Improving the CI/CD experience

We (@sudogroup) are planning to refactor all of ARBML repos to follow the best practice standards. I think having a good software development environment would encourage other people to contribute and enhance the code quality.
We can utilize external APIs to download the latest models/datasets for ease of accessibility. We can have klaam to be both a package on PyPi for anyone to utilize in their codebase or they download the models that you trained and the datasets that used through huggingface. This will combine the two worlds. I haven't pushed anything to huggingface before, however, looking to this, it seems that it is possible to create a GitHub Action to push to huggingface once we have a release or any other action trigger.
I think huggingface spaces is just a demo ground. Utilizing the previous point, having our models and datasets on huggingface and Klaam as a package to be installable through PyPi, will allow us (and others) to easily import Klaam and run demos on huggingface spaces.
For testing:
- we can do a lot of testing and I can explain what type of testing I have been doing in my ML/DL research. Here are some two cents from utilizing testing:
  1. Fixing bugs that ensure the system is almost bug-free
  2. Improving speed by comparing old methods vs. newer ones that are faster. Because at the end of the day, it is just matrix operations
- We don't need to write extensive tests for everything, we just need to make sure that things that we are doing right now, our logic, are tested to reduce potential bugs that could happen or ensure that our expectations of the operations that we have developed matches what is actually been developed. Also, ensures that new code doesn't break old ones. It is just a nice thing to have,
- In later issues, I can add simple tests that do explicit things so everyone can understand how to utilize unit tests to validate your code.
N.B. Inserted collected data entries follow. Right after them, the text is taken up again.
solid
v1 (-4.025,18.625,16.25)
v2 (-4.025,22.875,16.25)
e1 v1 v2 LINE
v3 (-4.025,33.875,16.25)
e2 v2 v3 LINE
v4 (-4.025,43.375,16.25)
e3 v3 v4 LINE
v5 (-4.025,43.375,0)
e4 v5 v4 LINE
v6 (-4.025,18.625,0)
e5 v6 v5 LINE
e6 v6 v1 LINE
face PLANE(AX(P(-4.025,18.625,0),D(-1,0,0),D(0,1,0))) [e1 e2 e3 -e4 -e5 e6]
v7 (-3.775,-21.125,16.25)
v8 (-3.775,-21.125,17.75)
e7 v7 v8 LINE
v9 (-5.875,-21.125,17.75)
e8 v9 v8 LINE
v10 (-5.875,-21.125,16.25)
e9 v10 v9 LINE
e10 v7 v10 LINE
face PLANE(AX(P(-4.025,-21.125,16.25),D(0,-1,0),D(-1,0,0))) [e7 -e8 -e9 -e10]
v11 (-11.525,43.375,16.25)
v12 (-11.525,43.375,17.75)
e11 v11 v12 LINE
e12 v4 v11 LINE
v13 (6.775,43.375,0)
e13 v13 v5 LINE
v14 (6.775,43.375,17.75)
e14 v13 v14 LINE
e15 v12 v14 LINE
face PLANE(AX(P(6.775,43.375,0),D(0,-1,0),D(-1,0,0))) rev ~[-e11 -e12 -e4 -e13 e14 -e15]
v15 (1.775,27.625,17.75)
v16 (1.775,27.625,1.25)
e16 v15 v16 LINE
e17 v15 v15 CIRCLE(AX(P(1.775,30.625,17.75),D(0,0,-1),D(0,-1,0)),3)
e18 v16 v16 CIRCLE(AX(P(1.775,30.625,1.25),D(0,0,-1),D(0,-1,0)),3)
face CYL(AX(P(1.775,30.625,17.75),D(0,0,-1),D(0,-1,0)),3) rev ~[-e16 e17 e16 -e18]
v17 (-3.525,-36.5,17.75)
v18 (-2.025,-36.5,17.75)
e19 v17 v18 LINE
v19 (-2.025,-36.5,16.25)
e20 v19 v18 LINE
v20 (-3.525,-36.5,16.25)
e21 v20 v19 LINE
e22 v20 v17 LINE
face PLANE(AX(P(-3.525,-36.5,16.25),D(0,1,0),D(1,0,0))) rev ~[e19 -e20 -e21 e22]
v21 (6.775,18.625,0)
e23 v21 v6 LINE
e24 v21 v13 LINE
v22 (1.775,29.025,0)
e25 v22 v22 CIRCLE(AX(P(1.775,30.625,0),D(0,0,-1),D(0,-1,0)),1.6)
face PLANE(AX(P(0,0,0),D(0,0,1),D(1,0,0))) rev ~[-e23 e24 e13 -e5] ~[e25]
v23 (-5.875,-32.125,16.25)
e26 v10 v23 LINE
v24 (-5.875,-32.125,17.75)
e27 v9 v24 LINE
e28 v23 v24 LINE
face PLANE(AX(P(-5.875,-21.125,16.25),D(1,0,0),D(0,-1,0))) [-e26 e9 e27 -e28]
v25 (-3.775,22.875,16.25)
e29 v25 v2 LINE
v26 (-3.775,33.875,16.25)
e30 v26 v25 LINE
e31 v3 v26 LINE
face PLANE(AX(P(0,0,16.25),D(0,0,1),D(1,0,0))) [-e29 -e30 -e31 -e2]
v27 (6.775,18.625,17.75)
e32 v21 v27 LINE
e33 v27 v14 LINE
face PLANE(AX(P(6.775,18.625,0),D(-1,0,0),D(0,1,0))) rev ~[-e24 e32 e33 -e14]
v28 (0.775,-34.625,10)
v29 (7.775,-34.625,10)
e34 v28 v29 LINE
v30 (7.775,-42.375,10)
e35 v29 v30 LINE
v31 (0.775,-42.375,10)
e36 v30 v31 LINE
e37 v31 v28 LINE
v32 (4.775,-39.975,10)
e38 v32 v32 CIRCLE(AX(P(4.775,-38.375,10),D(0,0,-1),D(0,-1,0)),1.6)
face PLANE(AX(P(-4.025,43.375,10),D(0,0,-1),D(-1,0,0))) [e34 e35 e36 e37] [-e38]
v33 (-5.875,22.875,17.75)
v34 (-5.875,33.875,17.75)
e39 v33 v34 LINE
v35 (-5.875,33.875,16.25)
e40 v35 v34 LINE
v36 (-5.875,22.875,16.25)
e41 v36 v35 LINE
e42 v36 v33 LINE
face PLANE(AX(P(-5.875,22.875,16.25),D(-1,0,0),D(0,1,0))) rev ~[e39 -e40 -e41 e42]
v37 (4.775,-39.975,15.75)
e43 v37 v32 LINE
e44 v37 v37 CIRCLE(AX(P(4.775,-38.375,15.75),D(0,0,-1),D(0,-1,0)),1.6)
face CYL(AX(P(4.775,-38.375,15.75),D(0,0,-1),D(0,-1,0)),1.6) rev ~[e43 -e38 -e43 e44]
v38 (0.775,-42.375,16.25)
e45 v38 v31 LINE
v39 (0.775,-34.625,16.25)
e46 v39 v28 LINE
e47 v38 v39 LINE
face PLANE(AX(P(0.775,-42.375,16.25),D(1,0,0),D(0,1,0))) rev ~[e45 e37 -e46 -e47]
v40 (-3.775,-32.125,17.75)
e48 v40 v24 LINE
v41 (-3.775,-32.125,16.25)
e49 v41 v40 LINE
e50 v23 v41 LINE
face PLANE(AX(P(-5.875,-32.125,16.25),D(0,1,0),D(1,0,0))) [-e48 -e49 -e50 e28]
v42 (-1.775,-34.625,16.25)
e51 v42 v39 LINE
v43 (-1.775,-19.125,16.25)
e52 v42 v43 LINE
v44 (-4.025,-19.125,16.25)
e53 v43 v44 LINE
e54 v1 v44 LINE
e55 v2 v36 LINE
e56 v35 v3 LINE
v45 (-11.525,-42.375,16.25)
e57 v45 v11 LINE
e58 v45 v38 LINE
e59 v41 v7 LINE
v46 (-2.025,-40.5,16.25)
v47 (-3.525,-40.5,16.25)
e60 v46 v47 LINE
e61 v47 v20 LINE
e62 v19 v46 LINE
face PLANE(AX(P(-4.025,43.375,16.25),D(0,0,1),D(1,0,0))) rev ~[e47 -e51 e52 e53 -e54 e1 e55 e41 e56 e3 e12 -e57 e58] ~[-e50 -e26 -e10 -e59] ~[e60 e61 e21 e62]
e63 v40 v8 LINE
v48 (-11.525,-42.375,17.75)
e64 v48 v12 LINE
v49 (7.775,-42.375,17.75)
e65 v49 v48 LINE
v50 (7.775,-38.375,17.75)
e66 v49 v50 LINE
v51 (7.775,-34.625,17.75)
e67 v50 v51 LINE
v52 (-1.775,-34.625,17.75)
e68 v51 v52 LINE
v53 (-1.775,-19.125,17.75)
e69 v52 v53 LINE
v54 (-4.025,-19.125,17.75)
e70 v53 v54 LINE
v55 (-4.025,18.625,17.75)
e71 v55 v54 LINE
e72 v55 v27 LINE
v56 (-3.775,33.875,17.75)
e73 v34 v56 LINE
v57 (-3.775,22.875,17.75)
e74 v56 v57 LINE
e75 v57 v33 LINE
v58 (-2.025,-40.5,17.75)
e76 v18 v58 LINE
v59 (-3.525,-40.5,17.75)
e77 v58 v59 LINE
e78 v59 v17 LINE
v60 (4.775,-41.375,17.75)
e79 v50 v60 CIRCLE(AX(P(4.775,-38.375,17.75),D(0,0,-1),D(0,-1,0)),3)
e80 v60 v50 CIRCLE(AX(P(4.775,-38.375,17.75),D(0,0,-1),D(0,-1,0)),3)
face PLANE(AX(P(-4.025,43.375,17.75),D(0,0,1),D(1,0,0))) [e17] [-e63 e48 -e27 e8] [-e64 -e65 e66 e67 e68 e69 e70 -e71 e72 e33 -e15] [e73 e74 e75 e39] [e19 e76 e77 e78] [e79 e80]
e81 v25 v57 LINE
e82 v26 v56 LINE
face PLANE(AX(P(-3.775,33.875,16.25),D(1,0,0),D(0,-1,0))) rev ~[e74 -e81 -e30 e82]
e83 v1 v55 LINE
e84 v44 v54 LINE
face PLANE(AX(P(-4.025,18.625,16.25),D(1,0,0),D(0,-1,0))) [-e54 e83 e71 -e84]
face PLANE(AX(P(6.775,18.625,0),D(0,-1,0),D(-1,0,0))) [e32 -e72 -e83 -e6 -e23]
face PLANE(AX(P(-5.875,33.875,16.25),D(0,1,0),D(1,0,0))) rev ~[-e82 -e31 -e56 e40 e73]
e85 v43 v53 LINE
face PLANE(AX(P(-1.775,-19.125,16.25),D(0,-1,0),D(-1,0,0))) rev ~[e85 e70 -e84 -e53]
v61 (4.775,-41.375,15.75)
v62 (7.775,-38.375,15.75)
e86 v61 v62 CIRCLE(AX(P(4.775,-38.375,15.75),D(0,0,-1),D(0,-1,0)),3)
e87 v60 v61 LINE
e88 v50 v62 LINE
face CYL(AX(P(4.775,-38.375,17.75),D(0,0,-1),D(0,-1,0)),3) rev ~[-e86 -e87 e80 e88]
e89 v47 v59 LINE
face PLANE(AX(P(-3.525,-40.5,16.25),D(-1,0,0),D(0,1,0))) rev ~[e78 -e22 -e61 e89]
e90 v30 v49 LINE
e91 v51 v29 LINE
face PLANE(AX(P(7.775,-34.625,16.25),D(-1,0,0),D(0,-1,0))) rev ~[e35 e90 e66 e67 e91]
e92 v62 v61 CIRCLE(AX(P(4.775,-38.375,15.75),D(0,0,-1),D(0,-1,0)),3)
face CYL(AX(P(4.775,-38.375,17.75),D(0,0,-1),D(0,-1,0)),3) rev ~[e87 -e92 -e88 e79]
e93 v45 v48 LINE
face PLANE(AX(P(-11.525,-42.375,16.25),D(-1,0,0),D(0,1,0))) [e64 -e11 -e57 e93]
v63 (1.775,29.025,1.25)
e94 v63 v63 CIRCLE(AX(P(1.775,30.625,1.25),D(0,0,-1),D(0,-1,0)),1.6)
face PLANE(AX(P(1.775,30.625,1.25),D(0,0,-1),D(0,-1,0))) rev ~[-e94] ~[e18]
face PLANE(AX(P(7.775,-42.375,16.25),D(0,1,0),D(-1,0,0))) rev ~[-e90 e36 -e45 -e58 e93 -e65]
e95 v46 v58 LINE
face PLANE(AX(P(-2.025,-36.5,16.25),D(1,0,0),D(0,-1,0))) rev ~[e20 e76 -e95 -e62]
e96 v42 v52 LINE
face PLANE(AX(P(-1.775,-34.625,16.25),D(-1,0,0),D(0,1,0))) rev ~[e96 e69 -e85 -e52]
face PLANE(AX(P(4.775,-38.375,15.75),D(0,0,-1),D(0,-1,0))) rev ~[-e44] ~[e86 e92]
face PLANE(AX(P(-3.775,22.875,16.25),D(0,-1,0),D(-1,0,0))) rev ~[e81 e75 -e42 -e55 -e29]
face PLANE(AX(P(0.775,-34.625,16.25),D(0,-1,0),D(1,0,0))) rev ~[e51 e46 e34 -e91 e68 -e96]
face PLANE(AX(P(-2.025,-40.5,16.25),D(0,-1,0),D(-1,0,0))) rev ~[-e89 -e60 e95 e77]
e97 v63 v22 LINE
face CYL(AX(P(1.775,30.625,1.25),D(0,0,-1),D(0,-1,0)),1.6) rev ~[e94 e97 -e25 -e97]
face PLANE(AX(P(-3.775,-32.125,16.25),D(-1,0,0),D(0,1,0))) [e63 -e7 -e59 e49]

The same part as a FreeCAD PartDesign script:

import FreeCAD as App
import Part
import Sketcher
from FreeCAD import Vector
Q = App.Units.Quantity


def add_polygon(sketch, points):
    """Adds a closed chain of lines whose ends are joined by coincident constraints."""
    first, n = sketch.GeometryCount, len(points)
    for a, b in zip(points, points[1:] + points[:1]):
        sketch.addGeometry(Part.LineSegment(App.Vector(*a, 0), App.Vector(*b, 0)), False)
    for i in range(n):
        sketch.addConstraint(Sketcher.Constraint("Coincident", first + i, 2, first + (i + 1) % n, 1))

doc = App.newDocument("Part")
body = doc.addObject("PartDesign::Body", "Body")

sketch1 = body.newObject("Sketcher::SketchObject", "Sketch")
sketch1.AttachmentSupport = (doc.getObject("XY_Plane"), [""])
sketch1.MapMode = "FlatFace"
add_polygon(sketch1, [(-4, 18.6), (6.8, 18.6), (6.8, 43.4), (-4, 43.4)])
sketch1.addGeometry(Part.Circle(Vector(1.8, 30.6, 0), Vector(0, 0, 1), 1.3), False)
sketch1.addConstraint([
    Sketcher.Constraint("Horizontal", 0),
    Sketcher.Constraint("Vertical", 1),
    Sketcher.Constraint("Horizontal", 2),
    Sketcher.Constraint("Vertical", 3),
    Sketcher.Constraint("Diameter", 4, Q("2.6 mm")),
    Sketcher.Constraint("DistanceX", 0, 1, 0, 2, Q("10.8 mm")),
    Sketcher.Constraint("DistanceX", 4, 3, 0, 2, Q("5 mm")),
    Sketcher.Constraint("DistanceY", 0, 2, 4, 3, Q("12 mm")),
    Sketcher.Constraint("DistanceY", 1, 1, 1, 2, Q("24.75 mm")),
    Sketcher.Constraint("DistanceX", -1, 1, 4, 3, Q("1.775 mm")),
    Sketcher.Constraint("DistanceY", -1, 1, 4, 3, Q("30.625 mm")),
])
pad1 = body.newObject("PartDesign::Pad", "Pad")
pad1.Profile = sketch1
pad1.Length = 16.25

sketch2 = body.newObject("Sketcher::SketchObject", "Sketch001")
sketch2.AttachmentSupport = (doc.getObject("XY_Plane"), [""])
sketch2.MapMode = "FlatFace"
sketch2.AttachmentOffset = App.Placement(Vector(0, 0, 16.25), App.Rotation())
add_polygon(sketch2, [(-11.5, 43.4), (-11.5, -42.4), (7.8, -42.4), (7.8, -34.6), (-1.8, -34.6), (-1.8, -19.1), (-4, -19.1), (-4, 18.6), (6.8, 18.6), (6.8, 43.4)])
add_polygon(sketch2, [(-5.9, -21.1), (-3.8, -21.1), (-3.8, -32.1), (-5.9, -32.1)])
add_polygon(sketch2, [(-2, -40.5), (-3.5, -40.5), (-3.5, -36.5), (-2, -36.5)])
add_polygon(sketch2, [(-5.9, 22.9), (-5.9, 33.9), (-3.8, 33.9), (-3.8, 22.9)])
sketch2.addConstraint([
    Sketcher.Constraint("Vertical", 0),
    Sketcher.Constraint("Horizontal", 1),
    Sketcher.Constraint("Vertical", 2),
More alignment with open source projects standards and best practices

We can use black and isort to make sure that things are formatted the right way. As for pre-commit, I haven't used it before but I do use act to run GitHub Actions locally. We can decide which frameworks we would like to add/remove in later issues.
As of right now, having the described structure as our baseline would be a reasonable change to the current codebase.

Answer 4 · 2022-04-24T22:25:34.000Z

That sounds really great. We can start with klaam as you proposed, see what challenges we get, then apply to the rest. What do you think?

Answer 5 · 2022-04-24T22:35:43.000Z

That sounds like a good plan! I will start working on the refactoring klaam and make a PR for that.

Answer 6 · 2022-05-16T15:54:43.000Z

#21 summary:

Restructured the repo per this issue
Added pre-commit to ensure the quality of commits to follow the best practice
Added a CI to run tests when pushing to main and dev/* or making a PR to merge to main or dev/*
Added another CI to automatically publish to PyPi when pushing to stable/*

Some things to be resolved in other PRs are:

The removal of FastSpeech2
Make sure that the codebase works locally at its full capacity as there are some hard-coded paths in the codebase.
Utilizing huggingface API to upload/download models/datasets
Add meaningful unit/integration tests
Test the library on both local and on Google Colab
Generate documentation as webpages using sphinx and create a CI for it
Add a CI to test on different machines (Windows, MacOS, etc.) and on different Python versions (3.8.x, 3.9.x, 3.10.x, etc.)